Thank you for your help it is greatly appreciated. I can see how Russian watches are so fascinating!


----------



## chris.ph (Dec 29, 2011)

like this old ruskie of mine then


----------



## Lampoc (Oct 31, 2010)

Here's some links to be getting on with:

http://russianwatches.altervista.org/index3.html

http://russrussianwatches.blogspot.co.uk/

http://www.russianwatchguide.com/

Loads of old Russian watch catalogues: https://plus.google.com/photos/113098239036073221216/albums?banner=pwa

One of the very few Russian watch books in English: http://www.amazon.co.uk/Schiffer-books-collectors-Juri-Levenburg/dp/0887408737/ref=sr_1_3?s=books&ie=UTF8&qid=1434648504&sr=1-3&keywords=russian+watches


----------



## watchlord (Oct 6, 2014)

Hi Chris.ph

You done it again. Showing me this has got me even more hooked!!!

What a classy looking watch. It must be a great pleasure to wear that one.

I have a 1980 Sekonda, stainless steel, the usual Raketa design, which I wore from 1980 and throughout the Falklands War and its still running and never needed a service.

BUT I love the look of your one. I can see it will be an email to my bank "Dear Bank Manager......" OMG


----------



## watchlord (Oct 6, 2014)

Hello Lampoc

Thanks for these sites which I did not know about. These are all going to be such a great help in my getting to grips with this insanity...ooops I mean hobby!!


----------



## bowie (Mar 12, 2005)

I have a few dress watches..


----------



## watchlord (Oct 6, 2014)

Hi Bowie,

Just lovely!! I never knew/seen the moon phase watch before, which is very attractive. I also love the Poljots'.

Boy you are all lucky to have such wonderful pieces. I, just starting, have got a lot to go for.


----------



## chris.ph (Dec 29, 2011)

watchlord said:


> Hi Chris.ph
> 
> You done it again. Showing me this has got me even more hooked!!!
> 
> ...


you hardly need to go and see the bank manager it only cost 2quid in a carboot


----------



## luckywatch (Feb 2, 2013)

Hi *watchlord,*

Luch make a classic dress watch, model 2209. Plenty around on the bay. Here is mine. Super slim and real class. :biggrin:




























Also look at the Slava day and date models, very accurate movements.


----------



## watchlord (Oct 6, 2014)

chris.ph said:


> watchlord said:
> 
> 
> > Hi Chris.ph
> ...


2 pound!!!!!!!!!!! Where am I going wrong?? Here in the northern nation of the UK the boot fairs do not have items like that. I will have to do an over-the-border-run!


----------



## watchlord (Oct 6, 2014)

Hi Luckywatch,

WHAT AN EXTREMELY CLASSY WATCH!! that is 'dress' as it should be.
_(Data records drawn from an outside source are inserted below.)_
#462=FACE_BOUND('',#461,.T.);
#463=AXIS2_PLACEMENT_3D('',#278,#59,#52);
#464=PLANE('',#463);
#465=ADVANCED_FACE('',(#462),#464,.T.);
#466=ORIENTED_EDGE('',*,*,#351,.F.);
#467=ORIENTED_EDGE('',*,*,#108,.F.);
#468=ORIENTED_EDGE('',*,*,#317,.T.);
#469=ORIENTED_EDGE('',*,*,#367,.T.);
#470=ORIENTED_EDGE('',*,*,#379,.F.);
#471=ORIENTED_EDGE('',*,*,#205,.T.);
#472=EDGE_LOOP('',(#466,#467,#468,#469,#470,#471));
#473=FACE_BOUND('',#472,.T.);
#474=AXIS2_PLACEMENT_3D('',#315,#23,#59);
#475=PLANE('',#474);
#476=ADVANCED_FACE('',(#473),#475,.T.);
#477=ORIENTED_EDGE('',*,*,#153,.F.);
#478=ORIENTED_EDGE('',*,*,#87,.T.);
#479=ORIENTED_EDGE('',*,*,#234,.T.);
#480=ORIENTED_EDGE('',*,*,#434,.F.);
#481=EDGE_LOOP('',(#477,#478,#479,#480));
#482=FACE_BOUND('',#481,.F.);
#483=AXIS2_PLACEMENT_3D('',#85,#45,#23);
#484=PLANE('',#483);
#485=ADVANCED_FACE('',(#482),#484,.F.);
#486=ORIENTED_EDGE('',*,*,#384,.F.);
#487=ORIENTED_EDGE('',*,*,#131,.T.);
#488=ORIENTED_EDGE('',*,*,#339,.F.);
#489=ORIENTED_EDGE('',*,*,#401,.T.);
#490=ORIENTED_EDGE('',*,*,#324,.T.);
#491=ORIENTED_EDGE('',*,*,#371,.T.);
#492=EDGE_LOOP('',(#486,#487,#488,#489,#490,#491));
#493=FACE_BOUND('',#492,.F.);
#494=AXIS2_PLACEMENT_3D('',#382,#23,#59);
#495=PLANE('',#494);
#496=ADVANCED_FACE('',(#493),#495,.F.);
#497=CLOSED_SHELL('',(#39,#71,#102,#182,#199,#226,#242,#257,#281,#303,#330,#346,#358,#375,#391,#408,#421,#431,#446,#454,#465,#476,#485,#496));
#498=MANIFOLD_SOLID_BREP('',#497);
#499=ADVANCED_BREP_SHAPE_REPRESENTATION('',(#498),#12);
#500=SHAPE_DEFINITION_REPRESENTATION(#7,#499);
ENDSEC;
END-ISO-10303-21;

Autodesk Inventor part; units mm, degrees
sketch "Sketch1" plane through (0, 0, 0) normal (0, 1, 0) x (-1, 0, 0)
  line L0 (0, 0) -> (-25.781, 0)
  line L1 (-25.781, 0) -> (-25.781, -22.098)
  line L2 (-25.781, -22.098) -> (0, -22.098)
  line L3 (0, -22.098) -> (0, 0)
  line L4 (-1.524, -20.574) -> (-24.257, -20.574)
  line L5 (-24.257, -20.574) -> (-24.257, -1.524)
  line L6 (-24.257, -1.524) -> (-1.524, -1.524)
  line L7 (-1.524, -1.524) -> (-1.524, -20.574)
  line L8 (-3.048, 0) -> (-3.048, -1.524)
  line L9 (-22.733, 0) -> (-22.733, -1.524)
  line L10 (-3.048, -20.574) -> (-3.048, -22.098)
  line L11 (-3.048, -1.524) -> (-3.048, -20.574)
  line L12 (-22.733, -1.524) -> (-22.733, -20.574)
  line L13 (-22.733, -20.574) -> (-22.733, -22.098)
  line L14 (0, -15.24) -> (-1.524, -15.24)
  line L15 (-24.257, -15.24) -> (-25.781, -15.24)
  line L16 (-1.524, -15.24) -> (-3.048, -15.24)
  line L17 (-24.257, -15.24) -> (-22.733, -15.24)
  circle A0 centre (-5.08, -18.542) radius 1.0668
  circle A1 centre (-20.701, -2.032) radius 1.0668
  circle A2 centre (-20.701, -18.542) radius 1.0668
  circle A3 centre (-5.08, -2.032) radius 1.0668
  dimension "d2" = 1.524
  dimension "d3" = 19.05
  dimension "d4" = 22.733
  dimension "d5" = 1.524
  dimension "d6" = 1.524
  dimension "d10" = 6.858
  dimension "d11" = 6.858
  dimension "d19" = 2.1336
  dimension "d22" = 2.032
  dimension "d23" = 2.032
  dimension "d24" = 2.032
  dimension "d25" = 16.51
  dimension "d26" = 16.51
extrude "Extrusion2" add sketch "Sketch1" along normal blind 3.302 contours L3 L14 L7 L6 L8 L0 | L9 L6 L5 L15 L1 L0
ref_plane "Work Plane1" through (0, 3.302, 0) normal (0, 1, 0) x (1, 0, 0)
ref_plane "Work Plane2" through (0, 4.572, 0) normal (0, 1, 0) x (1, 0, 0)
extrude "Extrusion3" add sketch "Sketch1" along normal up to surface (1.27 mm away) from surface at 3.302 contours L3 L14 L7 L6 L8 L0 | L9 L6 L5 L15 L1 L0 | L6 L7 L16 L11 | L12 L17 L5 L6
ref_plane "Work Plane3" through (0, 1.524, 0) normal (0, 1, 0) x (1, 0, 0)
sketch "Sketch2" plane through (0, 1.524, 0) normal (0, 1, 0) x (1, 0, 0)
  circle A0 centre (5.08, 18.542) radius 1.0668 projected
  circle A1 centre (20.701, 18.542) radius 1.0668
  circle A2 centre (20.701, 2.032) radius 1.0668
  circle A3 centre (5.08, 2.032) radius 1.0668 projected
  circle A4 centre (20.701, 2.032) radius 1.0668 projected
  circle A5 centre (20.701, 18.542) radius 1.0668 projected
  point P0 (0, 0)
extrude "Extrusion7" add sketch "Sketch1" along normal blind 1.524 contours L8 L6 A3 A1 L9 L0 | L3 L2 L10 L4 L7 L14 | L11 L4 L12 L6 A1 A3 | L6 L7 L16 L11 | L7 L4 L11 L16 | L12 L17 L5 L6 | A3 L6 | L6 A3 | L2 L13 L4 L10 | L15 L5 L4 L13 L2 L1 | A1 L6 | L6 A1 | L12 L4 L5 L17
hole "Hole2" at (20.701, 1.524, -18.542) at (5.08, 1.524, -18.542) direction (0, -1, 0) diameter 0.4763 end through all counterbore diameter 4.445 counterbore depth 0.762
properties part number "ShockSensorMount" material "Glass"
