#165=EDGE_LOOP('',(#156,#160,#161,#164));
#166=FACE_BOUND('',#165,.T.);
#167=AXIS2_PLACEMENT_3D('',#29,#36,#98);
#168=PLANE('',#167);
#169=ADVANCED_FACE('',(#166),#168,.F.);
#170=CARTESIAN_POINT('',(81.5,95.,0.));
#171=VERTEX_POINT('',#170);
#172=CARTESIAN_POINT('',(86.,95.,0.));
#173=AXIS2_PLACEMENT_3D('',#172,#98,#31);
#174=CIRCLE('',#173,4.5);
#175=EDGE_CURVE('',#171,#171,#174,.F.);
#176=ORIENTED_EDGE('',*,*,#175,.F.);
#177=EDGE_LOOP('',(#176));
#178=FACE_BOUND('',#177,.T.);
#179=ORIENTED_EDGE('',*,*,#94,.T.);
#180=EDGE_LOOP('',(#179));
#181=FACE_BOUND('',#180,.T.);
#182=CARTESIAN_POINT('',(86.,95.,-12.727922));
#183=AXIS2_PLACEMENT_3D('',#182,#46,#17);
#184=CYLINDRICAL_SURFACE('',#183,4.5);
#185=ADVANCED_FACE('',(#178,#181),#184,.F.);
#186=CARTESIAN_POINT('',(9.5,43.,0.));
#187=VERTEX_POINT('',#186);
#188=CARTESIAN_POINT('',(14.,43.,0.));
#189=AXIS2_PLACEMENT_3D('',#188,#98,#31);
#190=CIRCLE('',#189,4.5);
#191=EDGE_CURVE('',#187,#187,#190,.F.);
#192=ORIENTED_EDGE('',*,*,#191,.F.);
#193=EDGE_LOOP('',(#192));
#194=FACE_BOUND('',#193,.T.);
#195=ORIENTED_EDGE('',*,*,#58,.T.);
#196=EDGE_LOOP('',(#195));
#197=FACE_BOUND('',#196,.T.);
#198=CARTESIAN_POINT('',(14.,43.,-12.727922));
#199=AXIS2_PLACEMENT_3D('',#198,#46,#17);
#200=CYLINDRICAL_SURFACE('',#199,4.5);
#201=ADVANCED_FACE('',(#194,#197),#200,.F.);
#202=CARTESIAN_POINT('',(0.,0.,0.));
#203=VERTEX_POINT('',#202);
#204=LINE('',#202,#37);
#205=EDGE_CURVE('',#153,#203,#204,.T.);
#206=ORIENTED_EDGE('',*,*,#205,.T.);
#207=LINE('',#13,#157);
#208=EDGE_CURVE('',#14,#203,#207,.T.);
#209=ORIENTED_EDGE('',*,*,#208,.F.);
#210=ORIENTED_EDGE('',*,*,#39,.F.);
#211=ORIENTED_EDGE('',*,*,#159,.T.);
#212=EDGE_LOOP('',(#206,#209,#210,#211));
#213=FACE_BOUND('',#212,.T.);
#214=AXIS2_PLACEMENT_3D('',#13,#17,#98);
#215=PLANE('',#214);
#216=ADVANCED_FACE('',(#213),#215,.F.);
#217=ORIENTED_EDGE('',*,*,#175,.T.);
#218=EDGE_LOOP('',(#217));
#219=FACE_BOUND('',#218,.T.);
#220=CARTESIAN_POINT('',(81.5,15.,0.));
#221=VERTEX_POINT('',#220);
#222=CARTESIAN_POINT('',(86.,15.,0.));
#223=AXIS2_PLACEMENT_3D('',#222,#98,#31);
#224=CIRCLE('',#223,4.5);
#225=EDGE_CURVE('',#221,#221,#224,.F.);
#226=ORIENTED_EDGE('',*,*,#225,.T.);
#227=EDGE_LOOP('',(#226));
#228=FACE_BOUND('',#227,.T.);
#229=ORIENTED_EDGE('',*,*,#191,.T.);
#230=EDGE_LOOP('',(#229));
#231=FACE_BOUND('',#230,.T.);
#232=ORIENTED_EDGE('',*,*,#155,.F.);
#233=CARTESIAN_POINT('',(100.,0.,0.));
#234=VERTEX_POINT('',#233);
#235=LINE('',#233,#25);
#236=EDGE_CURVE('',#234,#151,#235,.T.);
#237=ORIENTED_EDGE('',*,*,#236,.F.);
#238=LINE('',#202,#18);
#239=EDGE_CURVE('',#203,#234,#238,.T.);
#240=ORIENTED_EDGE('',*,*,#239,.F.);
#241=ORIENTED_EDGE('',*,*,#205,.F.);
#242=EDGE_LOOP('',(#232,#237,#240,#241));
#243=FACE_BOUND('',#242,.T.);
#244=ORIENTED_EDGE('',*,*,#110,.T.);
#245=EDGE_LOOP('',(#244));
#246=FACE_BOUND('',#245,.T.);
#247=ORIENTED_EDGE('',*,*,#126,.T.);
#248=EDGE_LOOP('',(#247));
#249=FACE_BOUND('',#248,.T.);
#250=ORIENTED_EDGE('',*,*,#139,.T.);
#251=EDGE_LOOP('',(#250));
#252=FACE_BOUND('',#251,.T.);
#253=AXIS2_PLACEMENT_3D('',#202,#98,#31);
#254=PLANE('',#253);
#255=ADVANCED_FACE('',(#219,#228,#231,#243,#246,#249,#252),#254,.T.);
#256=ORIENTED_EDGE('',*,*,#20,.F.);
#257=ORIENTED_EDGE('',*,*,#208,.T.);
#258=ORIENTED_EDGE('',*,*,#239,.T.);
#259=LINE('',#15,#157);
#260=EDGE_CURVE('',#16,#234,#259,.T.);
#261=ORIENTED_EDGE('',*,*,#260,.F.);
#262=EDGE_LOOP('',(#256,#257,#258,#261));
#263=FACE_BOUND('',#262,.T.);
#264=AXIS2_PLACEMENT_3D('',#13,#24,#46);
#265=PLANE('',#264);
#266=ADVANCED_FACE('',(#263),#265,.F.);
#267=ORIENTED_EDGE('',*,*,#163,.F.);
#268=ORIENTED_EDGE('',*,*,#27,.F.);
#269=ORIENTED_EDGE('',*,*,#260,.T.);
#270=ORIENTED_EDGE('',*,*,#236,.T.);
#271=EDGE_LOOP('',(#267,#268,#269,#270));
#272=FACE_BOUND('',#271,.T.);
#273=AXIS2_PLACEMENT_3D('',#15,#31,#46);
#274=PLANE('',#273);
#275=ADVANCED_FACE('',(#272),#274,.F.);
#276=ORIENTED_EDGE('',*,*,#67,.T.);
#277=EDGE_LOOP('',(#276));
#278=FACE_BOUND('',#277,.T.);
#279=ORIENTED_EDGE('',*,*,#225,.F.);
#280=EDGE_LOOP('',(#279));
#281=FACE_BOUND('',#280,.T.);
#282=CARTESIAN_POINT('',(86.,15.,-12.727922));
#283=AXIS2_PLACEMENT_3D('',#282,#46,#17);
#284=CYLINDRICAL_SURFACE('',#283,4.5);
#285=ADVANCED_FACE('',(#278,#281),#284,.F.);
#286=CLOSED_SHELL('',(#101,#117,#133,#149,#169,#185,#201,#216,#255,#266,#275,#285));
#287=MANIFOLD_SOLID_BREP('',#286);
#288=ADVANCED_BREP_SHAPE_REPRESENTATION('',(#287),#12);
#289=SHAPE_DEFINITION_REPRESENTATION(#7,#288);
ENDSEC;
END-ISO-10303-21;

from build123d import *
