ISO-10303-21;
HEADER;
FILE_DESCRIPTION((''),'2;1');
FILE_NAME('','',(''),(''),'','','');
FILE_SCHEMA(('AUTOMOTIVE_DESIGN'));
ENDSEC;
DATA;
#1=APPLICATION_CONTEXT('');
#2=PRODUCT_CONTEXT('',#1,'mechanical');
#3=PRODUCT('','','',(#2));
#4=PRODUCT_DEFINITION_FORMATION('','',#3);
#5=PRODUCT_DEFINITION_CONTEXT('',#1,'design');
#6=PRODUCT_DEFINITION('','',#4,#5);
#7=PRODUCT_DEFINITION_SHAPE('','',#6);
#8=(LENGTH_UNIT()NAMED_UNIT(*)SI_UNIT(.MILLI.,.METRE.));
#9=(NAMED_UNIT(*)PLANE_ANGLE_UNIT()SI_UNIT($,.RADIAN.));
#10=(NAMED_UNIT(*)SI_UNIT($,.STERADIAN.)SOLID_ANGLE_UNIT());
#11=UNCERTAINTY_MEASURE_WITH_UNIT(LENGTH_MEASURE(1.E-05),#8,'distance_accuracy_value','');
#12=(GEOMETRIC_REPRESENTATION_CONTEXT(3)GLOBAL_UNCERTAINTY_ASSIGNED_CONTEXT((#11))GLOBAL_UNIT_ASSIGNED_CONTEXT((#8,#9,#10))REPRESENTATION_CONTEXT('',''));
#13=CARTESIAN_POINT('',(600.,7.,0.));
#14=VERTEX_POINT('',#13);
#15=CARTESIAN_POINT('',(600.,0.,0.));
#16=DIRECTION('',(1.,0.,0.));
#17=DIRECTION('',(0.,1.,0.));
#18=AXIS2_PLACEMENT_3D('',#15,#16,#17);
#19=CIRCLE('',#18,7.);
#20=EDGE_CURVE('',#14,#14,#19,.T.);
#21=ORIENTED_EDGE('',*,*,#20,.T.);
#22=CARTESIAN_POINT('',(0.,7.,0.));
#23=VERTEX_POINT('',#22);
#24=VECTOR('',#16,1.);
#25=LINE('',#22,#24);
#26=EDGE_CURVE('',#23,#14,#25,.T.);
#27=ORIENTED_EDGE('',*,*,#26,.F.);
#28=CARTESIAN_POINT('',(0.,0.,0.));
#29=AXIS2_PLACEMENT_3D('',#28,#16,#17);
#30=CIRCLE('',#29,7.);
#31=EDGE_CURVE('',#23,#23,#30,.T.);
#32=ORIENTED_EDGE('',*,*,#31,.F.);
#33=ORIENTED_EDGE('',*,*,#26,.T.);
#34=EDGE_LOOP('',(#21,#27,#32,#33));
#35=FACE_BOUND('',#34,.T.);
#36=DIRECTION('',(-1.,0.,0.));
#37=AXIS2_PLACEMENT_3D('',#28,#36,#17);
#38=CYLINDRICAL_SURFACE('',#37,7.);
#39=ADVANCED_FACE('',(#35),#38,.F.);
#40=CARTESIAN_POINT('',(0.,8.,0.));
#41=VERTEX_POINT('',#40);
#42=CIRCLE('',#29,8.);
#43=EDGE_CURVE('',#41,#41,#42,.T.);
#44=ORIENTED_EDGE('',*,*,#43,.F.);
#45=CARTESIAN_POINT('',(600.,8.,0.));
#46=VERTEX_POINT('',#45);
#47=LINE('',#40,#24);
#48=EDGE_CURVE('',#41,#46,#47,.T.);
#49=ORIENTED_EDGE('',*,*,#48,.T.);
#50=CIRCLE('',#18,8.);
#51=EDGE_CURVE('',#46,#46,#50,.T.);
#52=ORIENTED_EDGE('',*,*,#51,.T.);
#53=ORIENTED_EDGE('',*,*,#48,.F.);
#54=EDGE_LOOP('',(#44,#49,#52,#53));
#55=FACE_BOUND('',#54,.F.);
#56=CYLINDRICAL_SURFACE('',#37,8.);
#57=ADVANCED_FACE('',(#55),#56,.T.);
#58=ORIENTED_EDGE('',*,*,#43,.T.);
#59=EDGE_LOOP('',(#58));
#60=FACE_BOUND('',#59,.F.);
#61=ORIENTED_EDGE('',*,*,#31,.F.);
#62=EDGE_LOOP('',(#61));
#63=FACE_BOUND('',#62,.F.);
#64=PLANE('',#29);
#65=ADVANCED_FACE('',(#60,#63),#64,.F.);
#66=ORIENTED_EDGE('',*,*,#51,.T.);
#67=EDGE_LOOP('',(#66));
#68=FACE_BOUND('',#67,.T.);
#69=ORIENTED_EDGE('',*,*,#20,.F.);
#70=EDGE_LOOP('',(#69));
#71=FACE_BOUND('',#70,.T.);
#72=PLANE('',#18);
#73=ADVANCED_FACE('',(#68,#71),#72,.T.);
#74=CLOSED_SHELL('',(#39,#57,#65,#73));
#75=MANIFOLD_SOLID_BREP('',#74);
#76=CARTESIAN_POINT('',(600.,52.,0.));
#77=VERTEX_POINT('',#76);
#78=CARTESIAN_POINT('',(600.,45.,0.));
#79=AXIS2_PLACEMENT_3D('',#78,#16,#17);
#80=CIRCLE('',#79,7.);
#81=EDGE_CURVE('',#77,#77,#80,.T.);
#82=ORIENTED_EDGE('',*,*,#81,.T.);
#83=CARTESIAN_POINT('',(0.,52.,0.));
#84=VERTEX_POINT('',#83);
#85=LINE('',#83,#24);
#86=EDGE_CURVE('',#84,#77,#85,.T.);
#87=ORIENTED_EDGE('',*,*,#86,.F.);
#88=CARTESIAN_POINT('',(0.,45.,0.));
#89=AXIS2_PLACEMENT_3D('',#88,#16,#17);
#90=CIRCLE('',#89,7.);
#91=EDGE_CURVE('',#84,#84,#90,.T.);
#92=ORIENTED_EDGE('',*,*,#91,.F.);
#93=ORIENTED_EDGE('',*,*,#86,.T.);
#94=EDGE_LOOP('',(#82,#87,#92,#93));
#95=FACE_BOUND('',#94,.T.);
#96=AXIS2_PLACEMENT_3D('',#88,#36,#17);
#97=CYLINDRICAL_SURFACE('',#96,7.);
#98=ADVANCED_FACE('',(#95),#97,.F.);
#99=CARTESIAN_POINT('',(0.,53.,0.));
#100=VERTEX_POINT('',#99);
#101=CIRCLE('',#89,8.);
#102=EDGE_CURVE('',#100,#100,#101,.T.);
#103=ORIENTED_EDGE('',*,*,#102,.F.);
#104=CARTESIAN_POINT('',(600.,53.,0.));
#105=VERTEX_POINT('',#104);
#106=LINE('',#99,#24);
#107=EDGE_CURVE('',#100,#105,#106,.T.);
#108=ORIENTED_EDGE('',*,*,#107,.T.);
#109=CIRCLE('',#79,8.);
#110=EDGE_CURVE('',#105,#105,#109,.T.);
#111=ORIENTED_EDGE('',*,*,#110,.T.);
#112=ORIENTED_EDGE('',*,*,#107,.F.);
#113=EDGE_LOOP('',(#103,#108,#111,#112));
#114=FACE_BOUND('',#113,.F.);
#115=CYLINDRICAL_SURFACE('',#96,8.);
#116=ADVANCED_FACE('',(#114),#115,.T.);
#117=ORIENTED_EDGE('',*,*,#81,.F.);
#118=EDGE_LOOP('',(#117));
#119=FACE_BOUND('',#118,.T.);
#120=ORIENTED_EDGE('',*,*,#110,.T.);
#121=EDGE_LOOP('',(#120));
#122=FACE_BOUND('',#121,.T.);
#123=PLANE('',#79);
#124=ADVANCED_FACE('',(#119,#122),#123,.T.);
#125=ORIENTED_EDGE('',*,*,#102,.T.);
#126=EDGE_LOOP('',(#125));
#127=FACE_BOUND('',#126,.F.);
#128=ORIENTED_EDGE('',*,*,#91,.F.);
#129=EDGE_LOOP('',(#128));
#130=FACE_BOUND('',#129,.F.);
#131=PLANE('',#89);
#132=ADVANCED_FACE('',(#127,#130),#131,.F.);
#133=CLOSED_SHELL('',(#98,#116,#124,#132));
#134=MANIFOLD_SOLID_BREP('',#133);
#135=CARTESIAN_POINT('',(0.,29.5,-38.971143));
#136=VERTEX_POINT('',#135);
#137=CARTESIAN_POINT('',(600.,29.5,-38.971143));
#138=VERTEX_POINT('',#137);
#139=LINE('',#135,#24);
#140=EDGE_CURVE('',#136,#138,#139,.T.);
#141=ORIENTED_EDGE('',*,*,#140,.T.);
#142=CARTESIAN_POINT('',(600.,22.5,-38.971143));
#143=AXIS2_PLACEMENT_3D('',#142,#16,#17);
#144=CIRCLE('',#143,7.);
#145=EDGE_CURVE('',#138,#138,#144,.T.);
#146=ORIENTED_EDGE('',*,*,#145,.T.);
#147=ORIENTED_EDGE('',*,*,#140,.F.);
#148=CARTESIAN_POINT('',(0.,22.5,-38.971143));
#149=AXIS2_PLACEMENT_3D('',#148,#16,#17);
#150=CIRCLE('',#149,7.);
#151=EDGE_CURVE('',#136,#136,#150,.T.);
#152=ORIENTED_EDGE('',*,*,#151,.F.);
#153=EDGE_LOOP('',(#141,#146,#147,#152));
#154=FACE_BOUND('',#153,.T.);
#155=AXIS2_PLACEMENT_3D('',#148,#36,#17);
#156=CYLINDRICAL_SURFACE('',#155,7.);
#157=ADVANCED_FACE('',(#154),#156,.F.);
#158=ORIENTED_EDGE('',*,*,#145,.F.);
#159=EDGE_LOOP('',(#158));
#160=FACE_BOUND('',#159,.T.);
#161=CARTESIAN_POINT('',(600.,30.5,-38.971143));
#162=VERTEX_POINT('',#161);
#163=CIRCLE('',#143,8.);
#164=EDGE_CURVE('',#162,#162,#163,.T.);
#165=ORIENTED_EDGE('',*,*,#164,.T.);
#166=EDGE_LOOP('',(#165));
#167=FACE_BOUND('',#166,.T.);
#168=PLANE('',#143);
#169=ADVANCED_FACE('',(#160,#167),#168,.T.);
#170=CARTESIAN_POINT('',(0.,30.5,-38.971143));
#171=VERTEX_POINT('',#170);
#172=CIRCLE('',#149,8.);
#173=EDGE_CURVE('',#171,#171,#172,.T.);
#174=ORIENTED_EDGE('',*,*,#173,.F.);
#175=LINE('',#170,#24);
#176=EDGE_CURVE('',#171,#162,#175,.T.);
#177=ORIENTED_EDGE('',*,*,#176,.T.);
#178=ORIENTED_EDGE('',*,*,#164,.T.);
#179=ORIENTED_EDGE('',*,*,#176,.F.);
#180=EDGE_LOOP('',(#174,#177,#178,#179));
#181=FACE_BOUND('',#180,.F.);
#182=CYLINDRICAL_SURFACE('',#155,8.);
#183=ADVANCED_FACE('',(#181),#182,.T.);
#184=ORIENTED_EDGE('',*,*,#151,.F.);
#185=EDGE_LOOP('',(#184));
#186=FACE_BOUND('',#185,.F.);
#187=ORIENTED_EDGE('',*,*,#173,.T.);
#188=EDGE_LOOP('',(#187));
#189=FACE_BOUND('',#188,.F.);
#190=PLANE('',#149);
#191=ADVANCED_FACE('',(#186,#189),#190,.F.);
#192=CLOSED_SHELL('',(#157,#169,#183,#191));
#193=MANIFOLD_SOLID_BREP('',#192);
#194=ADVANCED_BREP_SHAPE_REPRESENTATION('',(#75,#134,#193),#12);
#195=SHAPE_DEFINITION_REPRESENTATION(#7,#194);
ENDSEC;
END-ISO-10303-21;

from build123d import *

# Parameters (mm, degrees)
F0_R     = 8
F0_R_2   = 7
F1_DEPTH = 600


with BuildPart() as f1:
    # F0 (on Right) → F1 (new body)
    with BuildSketch(Plane.YZ):
        Circle(F0_R)
        Circle(F0_R_2, mode=Mode.SUBTRACT)
        with Locations((45, 0)):
            Circle(F0_R)
        with Locations((45, 0)):
            Circle(F0_R_2, mode=Mode.SUBTRACT)
        with Locations((22.5, -38.971143)):
            Circle(F0_R)
        with Locations((22.5, -38.971143)):
            Circle(F0_R_2, mode=Mode.SUBTRACT)
    extrude(amount=F1_DEPTH)


solid = f1.part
So I am now on the lookout for Luch, Sekonda, Poljot, Slava, Raketa, etc......

It just gets more exciting as I see all your watches.

I must admit to thinking that looking at the images you all have sent here, that in my mind they visually challenge the top names of Switzerland etc. AND as far as I can makeout, the Russian watches just keep going and going, whereas an expensive top brand needs to be serviced every 3 - 5 years and costs quite a sum of money.

Whats not to like about Russian watches?????


----------



## Beerinrussia (Jun 17, 2015)

watchlord said:


> ...
> 
> Whats not to like about Russian watches?????


With older Russian watches the most problematic issue is the innermost - mechanism. One ought to look at the integrity of stones, winding wheel, check if there are any traces of rust on the steel parts, the oxides on the bridges. One ought to determine the state of the screws. If they are worn out, or on them, plates and bridges are many scratches, the clock seems to have often been repaired. If the mechanism is seemingly not scratched, but has a lot of debris (old lubricant) in it (means that the last sound service was somewhere after WWII), there is a risk to buy a watch with a badly worn parts. In such cases it is better to ask a professional to assess the condition of the mechanism, for not to make an unsuccessful purchase.


----------



## watchlord (Oct 6, 2014)

Hello Beerinrussia,

Thank you for that info. Sorry I did not reply rightaway but my computer was down for last 4 days.

Now back on line again. and now looking at watches!!


----------